The pH of a given water source plays an important role in how quickly ferrous (dissolved) iron converts to a ferric (solid) state. The higher the pH, the faster iron will convert to the ferric state that can then be filtered.
This is good in all equipment selections with the exception of a water softener where the ferric iron plugs the exchange sites and fouls the resin.

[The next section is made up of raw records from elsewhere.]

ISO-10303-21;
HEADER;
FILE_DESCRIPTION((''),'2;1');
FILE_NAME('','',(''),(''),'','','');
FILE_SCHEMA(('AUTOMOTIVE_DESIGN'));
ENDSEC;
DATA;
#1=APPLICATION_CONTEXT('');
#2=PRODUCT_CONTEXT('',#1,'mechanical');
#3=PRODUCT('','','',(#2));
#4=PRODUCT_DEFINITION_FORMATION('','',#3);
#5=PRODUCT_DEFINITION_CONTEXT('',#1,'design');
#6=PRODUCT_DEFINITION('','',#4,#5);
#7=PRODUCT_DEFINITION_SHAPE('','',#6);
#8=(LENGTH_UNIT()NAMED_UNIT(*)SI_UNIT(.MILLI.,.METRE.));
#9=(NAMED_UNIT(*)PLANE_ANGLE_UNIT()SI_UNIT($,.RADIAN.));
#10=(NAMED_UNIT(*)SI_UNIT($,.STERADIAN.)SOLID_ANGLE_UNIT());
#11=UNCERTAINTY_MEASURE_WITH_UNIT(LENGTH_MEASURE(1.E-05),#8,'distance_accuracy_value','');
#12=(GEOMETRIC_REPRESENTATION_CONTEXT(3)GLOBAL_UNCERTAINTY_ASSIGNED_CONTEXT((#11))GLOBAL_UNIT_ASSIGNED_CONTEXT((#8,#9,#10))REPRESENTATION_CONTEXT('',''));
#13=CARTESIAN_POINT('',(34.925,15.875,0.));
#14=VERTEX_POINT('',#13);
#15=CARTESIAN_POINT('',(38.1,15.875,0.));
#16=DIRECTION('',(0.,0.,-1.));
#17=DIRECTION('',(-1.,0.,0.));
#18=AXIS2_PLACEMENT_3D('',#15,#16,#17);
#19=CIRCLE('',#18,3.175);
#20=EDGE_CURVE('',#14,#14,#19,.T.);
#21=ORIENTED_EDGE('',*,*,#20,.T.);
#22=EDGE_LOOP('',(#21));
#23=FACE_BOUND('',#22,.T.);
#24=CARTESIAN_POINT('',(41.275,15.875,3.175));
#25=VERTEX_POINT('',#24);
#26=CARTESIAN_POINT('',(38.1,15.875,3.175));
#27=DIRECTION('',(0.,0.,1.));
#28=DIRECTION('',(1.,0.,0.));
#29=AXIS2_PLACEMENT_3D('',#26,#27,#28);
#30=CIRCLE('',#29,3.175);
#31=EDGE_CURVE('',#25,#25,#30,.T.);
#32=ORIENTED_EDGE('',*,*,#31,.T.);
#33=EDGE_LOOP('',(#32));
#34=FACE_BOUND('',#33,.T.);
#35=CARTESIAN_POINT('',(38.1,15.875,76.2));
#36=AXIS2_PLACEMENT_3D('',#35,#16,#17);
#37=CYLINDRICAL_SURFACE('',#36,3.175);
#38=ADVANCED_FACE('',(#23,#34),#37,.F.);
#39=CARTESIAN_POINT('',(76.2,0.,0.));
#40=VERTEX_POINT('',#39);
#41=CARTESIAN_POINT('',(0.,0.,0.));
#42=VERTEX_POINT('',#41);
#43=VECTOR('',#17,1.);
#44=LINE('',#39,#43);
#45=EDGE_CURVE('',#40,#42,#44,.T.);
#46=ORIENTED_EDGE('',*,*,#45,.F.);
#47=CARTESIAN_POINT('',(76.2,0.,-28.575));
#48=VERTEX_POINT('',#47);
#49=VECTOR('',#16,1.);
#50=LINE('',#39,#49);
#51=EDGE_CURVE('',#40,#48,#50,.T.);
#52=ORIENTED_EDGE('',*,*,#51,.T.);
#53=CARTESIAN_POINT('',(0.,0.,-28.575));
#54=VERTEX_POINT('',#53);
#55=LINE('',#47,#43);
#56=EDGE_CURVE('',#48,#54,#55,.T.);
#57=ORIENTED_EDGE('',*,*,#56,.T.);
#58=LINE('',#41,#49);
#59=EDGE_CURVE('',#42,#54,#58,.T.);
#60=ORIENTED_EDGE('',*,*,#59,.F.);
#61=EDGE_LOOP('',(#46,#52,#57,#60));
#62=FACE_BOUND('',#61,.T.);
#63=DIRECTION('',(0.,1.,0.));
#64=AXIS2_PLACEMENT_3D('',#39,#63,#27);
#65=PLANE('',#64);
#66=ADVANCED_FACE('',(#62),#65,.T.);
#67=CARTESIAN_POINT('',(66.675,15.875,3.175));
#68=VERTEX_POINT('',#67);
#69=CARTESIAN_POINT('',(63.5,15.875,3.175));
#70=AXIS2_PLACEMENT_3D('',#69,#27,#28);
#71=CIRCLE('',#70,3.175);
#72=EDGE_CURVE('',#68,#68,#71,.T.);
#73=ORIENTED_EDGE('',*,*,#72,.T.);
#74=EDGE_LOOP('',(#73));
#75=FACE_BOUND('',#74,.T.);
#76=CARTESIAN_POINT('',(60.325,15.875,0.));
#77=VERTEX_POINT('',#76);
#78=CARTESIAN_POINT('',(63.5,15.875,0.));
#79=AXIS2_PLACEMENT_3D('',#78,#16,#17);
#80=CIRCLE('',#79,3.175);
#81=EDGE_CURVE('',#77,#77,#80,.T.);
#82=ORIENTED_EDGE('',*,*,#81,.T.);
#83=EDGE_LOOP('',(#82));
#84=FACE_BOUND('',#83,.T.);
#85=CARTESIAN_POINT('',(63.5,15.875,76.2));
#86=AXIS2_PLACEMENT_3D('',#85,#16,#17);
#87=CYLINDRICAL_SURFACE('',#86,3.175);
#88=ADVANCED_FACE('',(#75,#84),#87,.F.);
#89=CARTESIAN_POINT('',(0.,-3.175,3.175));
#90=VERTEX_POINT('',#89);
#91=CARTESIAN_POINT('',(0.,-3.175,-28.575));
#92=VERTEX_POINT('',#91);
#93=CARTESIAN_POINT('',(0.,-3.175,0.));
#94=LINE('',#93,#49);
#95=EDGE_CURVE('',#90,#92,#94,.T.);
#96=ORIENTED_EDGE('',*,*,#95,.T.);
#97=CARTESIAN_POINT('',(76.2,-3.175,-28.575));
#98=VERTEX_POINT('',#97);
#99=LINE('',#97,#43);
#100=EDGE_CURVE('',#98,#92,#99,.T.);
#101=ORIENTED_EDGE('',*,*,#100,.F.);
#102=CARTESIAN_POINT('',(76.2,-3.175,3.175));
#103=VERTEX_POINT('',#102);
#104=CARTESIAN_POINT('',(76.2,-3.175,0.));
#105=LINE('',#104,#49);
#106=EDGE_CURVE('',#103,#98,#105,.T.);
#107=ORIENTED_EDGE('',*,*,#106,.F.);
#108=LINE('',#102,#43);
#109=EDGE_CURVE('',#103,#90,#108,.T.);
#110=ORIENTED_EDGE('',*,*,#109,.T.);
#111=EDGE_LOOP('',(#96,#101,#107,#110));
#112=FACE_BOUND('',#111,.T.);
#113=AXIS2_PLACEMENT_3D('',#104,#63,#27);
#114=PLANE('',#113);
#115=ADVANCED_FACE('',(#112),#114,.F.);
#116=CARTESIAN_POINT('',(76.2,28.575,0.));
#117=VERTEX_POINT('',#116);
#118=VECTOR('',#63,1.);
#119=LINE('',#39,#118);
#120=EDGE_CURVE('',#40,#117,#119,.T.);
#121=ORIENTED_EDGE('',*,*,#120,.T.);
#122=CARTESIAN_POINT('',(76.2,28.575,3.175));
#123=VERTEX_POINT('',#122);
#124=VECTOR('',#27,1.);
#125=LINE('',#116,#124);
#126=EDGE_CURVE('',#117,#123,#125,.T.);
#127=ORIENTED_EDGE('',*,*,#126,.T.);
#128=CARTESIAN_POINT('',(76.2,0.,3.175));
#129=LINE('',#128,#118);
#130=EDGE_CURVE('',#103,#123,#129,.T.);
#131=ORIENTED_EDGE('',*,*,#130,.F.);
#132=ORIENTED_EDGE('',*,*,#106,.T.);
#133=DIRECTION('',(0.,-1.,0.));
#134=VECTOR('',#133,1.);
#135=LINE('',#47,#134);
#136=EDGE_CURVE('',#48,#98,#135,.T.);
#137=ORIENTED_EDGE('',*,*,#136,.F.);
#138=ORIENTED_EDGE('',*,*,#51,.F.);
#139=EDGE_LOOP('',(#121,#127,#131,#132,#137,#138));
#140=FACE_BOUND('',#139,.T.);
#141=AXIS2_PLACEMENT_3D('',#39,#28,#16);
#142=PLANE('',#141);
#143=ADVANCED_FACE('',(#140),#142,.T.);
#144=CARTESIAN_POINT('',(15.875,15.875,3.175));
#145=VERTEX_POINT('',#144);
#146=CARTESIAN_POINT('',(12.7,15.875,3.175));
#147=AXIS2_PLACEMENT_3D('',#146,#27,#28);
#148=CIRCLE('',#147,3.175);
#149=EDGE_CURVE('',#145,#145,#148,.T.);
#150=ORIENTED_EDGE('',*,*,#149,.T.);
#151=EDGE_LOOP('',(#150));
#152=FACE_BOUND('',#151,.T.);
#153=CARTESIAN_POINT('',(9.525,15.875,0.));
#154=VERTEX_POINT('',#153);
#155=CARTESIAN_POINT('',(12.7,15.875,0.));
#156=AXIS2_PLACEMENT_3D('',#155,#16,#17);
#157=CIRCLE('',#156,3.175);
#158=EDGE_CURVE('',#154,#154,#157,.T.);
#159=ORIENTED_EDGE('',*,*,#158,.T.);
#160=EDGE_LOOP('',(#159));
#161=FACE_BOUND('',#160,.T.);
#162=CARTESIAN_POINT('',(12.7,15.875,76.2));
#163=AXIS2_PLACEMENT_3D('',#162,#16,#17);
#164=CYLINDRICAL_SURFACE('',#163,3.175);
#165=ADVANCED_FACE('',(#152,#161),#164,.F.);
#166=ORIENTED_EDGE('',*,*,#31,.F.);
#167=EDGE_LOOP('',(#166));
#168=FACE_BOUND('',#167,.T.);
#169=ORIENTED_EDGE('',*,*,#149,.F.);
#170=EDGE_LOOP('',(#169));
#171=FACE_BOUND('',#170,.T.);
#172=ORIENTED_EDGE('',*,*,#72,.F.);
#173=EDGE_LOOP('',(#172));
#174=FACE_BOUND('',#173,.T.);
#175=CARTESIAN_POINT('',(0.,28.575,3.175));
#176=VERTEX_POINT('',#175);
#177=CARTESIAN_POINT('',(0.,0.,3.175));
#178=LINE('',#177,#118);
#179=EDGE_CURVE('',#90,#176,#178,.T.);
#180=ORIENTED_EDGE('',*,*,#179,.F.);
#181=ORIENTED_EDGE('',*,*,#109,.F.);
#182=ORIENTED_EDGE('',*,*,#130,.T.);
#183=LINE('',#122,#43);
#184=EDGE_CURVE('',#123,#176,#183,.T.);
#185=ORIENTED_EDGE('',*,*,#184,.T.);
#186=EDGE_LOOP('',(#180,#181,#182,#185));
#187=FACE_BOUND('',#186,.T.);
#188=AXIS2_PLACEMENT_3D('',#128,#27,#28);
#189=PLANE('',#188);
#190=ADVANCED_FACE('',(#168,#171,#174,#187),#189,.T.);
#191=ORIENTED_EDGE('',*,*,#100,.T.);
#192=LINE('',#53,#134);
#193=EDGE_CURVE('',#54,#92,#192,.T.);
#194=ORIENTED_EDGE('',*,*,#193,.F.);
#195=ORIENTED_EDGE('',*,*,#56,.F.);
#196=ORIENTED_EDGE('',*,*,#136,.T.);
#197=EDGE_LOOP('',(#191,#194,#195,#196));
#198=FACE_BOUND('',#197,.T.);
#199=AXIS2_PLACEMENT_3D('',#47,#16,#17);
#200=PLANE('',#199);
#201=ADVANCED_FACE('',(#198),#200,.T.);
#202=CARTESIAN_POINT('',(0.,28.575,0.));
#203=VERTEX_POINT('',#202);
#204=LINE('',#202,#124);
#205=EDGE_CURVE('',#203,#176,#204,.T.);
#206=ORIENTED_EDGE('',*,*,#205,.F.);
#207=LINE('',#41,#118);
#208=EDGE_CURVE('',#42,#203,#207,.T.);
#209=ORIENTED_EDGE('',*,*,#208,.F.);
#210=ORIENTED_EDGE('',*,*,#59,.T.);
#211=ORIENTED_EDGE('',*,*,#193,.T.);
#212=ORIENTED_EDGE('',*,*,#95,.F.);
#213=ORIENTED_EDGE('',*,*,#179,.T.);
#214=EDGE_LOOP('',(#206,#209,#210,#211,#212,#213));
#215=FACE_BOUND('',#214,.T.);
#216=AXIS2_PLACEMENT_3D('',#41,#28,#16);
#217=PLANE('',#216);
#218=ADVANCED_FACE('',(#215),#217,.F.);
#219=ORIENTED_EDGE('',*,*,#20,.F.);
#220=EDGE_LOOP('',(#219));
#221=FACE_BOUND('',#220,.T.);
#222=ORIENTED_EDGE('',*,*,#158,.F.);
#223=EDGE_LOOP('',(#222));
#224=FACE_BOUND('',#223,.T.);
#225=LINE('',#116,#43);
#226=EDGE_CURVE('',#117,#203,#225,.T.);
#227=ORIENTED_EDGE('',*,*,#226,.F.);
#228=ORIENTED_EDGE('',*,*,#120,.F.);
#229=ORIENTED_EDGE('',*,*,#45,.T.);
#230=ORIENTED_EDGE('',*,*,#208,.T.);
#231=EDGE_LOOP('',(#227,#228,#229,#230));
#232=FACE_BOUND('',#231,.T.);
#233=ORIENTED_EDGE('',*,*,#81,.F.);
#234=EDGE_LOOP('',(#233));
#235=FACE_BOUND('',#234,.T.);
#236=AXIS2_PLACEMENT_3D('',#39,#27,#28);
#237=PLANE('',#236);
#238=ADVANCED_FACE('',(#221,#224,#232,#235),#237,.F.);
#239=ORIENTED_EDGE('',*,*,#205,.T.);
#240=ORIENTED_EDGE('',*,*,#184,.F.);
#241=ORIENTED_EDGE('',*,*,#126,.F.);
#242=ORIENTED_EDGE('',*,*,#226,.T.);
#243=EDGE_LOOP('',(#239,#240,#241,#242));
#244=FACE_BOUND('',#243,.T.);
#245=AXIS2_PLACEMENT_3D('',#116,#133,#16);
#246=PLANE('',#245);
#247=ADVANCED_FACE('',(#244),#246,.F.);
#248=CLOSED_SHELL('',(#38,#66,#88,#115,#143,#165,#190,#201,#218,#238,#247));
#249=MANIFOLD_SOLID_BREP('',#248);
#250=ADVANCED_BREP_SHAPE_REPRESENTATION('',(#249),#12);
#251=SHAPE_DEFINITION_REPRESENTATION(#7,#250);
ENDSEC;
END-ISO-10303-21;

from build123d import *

# Parameters (mm, degrees)
SKETCH1_W           = 3.175
SKETCH1_H           = 28.575
BOSS_EXTRUDE1_DEPTH = 76.2
SKETCH2_R           = 3.175
CUT_EXTRUDE1_DEPTH  = 76.2


with BuildPart() as part:
    # Sketch1 → Boss-Extrude1 (new body)
    with BuildSketch(Plane(origin=(0, 0, 0), x_dir=(0, 0, -1), z_dir=(1, 0, 0))):
        with Locations((-1.5875, 14.2875)):
            Rectangle(SKETCH1_W, SKETCH1_H)
        Polygon((28.575, 0), (0, 0), (-3.175, 0), (-3.175, -3.175), (28.575, -3.175), align=None)
    extrude(amount=BOSS_EXTRUDE1_DEPTH)

    # Sketch2 → Cut-Extrude1 (cut)
    with BuildSketch(Plane(origin=(0, 0, 0), x_dir=(-1, 0, 0), z_dir=(0, 0, -1))):
        with Locations((-38.1, 15.875)):
            Circle(SKETCH2_R)
        with Locations((-63.5, 15.875)):
            Circle(SKETCH2_R)
        with Locations((-12.7, 15.875)):
            Circle(SKETCH2_R)
    extrude(amount=-CUT_EXTRUDE1_DEPTH, mode=Mode.SUBTRACT)


solid = part.part
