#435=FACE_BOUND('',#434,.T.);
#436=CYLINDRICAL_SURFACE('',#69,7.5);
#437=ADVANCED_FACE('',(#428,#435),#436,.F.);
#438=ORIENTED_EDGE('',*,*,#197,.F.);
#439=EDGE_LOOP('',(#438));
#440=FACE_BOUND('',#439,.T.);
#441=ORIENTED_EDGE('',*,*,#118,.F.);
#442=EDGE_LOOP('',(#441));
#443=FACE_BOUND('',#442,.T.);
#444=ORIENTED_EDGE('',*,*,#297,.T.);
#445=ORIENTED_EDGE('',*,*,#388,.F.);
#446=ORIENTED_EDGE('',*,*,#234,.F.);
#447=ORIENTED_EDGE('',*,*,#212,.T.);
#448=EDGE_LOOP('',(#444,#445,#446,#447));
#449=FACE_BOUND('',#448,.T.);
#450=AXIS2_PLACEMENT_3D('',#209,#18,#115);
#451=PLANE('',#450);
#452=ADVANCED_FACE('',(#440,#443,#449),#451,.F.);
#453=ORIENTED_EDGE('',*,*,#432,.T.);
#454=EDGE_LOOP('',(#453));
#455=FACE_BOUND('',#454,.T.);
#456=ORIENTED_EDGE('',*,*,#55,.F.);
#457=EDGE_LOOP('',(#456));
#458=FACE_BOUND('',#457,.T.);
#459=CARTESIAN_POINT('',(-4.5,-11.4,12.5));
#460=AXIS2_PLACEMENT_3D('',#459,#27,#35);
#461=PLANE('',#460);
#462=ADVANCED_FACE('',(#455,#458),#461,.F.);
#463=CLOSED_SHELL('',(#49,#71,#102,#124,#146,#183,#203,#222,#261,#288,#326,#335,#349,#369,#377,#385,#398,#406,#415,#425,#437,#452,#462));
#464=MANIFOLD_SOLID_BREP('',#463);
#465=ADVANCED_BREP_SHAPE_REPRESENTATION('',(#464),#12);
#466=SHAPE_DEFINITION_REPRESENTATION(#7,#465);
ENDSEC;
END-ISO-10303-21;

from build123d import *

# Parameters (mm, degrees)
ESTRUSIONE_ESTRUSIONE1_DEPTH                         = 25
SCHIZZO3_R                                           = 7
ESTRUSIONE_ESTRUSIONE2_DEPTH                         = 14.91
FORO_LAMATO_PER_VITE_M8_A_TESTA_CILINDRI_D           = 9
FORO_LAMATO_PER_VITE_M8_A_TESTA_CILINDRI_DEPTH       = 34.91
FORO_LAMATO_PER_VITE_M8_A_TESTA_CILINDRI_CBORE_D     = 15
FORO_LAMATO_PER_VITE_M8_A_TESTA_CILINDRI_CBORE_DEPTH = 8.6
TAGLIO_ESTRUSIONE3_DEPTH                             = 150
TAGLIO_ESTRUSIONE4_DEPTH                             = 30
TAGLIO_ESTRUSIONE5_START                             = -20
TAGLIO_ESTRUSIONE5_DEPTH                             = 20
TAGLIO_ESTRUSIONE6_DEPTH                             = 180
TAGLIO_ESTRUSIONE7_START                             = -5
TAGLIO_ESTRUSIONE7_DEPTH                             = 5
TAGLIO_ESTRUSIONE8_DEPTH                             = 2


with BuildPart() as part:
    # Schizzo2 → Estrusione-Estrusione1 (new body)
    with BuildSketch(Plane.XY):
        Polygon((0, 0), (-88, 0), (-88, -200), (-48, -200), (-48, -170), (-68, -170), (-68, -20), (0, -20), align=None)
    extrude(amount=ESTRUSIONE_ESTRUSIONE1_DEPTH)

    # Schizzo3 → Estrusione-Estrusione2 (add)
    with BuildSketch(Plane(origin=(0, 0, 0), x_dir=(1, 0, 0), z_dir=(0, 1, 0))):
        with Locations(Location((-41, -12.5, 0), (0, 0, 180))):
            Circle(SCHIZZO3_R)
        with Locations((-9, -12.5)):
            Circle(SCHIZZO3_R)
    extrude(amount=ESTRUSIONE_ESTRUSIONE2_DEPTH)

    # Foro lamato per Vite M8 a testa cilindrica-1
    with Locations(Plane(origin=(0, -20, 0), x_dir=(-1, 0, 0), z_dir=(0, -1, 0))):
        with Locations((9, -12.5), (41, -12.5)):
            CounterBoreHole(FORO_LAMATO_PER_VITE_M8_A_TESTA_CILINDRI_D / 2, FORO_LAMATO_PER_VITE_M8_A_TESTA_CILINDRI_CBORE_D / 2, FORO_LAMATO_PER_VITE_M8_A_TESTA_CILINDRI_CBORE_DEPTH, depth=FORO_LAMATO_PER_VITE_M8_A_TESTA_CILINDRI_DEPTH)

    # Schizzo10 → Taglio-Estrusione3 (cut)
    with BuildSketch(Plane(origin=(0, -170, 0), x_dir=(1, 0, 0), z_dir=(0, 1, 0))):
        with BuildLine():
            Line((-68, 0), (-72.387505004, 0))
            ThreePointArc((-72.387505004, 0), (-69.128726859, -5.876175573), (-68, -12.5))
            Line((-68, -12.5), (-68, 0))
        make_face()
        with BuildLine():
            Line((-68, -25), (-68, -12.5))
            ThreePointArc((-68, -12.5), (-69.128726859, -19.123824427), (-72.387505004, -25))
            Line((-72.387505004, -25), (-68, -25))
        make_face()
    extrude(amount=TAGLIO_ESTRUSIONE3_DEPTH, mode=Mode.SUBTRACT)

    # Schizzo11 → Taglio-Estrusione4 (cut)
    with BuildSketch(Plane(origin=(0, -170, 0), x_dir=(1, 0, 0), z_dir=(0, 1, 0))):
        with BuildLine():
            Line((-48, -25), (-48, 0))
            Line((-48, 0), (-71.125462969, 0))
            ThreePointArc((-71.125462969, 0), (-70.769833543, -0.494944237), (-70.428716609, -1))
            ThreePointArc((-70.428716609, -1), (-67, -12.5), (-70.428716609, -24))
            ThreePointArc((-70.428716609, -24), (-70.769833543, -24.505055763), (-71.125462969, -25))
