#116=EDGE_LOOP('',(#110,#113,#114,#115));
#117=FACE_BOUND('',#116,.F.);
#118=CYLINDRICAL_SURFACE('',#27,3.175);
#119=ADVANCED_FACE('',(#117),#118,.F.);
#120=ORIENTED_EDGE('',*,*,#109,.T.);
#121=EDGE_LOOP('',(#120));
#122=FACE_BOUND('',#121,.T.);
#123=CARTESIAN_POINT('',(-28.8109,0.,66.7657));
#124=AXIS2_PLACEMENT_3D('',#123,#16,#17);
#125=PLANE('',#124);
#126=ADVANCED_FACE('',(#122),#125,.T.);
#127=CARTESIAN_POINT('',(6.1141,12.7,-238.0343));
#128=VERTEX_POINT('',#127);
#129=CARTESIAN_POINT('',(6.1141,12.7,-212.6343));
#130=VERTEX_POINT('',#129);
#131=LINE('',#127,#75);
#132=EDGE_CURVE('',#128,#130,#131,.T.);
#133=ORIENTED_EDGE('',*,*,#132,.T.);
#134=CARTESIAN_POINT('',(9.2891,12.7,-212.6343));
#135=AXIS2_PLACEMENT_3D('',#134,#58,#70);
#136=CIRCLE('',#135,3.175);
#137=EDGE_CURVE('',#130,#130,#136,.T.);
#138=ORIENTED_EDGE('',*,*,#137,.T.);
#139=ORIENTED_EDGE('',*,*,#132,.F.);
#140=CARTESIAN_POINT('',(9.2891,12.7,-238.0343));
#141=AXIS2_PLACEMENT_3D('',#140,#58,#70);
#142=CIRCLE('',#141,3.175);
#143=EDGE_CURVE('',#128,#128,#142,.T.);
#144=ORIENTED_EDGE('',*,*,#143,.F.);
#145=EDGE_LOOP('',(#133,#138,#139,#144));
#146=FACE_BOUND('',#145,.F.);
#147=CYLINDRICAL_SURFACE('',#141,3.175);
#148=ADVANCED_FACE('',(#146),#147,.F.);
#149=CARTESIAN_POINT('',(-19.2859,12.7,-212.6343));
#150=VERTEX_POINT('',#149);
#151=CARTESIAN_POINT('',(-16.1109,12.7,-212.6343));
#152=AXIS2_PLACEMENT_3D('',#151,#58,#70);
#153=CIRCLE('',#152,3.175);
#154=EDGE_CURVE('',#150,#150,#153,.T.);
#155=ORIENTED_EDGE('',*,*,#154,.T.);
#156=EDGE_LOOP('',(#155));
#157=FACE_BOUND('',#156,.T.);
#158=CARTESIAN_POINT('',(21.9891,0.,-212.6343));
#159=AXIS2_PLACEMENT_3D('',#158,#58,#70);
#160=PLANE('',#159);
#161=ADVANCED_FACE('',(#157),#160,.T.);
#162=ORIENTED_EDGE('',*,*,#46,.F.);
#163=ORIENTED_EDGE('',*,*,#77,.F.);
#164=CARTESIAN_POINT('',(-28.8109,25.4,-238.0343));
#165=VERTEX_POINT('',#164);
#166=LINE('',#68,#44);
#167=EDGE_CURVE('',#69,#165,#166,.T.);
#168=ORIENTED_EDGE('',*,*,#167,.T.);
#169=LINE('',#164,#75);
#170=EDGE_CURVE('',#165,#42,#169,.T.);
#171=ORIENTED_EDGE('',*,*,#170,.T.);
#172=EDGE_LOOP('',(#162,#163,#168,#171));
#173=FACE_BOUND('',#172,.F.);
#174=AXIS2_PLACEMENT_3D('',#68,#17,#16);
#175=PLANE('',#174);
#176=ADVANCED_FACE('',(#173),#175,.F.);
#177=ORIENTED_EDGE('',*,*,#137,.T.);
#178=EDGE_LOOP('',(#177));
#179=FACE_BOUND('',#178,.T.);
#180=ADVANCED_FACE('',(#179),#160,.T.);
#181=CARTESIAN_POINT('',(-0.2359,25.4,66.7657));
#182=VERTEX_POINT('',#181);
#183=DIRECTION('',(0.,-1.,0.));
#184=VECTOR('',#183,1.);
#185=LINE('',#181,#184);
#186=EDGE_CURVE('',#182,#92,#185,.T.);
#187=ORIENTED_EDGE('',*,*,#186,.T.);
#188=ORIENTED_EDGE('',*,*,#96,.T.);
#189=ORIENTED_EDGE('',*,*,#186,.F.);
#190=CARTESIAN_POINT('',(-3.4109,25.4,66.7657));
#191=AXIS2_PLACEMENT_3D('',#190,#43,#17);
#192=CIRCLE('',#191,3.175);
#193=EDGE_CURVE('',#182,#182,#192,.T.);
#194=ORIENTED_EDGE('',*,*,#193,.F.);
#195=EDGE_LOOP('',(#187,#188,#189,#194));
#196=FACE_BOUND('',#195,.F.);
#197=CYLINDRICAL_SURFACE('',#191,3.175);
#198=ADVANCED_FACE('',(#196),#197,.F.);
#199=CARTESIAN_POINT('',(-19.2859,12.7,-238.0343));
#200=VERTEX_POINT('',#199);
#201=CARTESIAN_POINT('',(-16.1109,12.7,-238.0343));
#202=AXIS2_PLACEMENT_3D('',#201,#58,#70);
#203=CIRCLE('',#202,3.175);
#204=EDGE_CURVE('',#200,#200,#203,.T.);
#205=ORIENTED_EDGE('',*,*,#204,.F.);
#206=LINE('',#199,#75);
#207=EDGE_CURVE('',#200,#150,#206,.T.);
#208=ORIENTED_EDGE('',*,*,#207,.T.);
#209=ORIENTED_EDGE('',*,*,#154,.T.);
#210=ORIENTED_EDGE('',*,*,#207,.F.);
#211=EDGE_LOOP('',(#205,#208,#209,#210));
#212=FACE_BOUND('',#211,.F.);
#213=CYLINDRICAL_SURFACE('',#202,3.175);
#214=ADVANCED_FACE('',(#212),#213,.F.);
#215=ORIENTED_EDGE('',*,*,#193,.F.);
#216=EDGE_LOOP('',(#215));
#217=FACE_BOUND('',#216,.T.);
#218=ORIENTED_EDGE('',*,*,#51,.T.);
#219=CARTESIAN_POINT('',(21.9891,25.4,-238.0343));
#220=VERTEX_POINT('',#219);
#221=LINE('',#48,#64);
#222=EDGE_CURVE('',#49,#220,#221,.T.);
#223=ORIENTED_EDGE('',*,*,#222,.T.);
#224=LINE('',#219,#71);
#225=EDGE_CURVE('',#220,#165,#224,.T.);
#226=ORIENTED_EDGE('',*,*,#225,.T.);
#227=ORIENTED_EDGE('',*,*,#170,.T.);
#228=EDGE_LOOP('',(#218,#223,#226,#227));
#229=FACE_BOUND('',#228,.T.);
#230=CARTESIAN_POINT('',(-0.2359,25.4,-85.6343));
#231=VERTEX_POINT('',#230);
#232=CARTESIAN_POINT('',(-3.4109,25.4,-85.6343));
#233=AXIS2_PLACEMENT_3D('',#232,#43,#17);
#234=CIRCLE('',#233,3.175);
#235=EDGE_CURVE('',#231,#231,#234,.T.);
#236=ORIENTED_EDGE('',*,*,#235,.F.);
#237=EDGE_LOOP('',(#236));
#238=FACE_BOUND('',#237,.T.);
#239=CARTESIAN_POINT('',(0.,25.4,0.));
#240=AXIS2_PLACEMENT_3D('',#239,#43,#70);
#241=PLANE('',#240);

When using an iron filter a pH above 6.5 is necessary for iron to properly convert and is the recommendation of most manufacturers. However, most experienced water treatment professionals agree that a pH above 7.0 is a must and an 8.0 to 8.5 pH greatly enhances the chance of a successful application.
If it is necessary to increase the pH level, chemical feed of either sodium carbonate (soda ash) or sodium hydroxide (caustic soda) is preferred over a filter filled with calcium carbonate or magnesium oxide, as the filter method may foul quickly
Pre-oxidation
Most chemical-free iron filters and several chemical filter media require some dissolved oxygen in the water to act as a catalyst. Pre-oxidation is required in cases where the dissolved oxygen content is too low.
Pre-oxidation can come from aeration, chlorine or peroxide injection, ozone and other methods.
Chemical feed
There are several types of chemical feed applications. Using sodium carbonate or sodium hydroxide to raise pH is common. Using 5 percent to 10 percent chlorine or 7 percent hydrogen peroxide as oxidizers to the water before a filter is also widely used.
Different rules apply to each of these methods, from retention or contact tanks to using static mixers. When using different chemicals together, it’s important to understand the compatibility of the chemicals and the safety considerations.
For greater success, follow the manufacturers’ recommendations closely regarding proper feed rates and installation when injecting chemicals.
Aeration
When aeration is used as a pre-oxidizer it is generally done with either an air inductor or an air pump.
An air inductor is a venturi installed inline. The water flowing through the inductor creates a vacuum and sucks air into the water line. The faster the water flows, the more air induced into the water.
Watch for pressure drop and perform routine maintenance of the inductor, as they will clog with iron over time.
The air pump method allows more air induced into the water, as a mechanical pump is used to force air into the water. A contact tank is often used.
This method has proven effective with the only cautions being maintenance to the pump and injection fittings.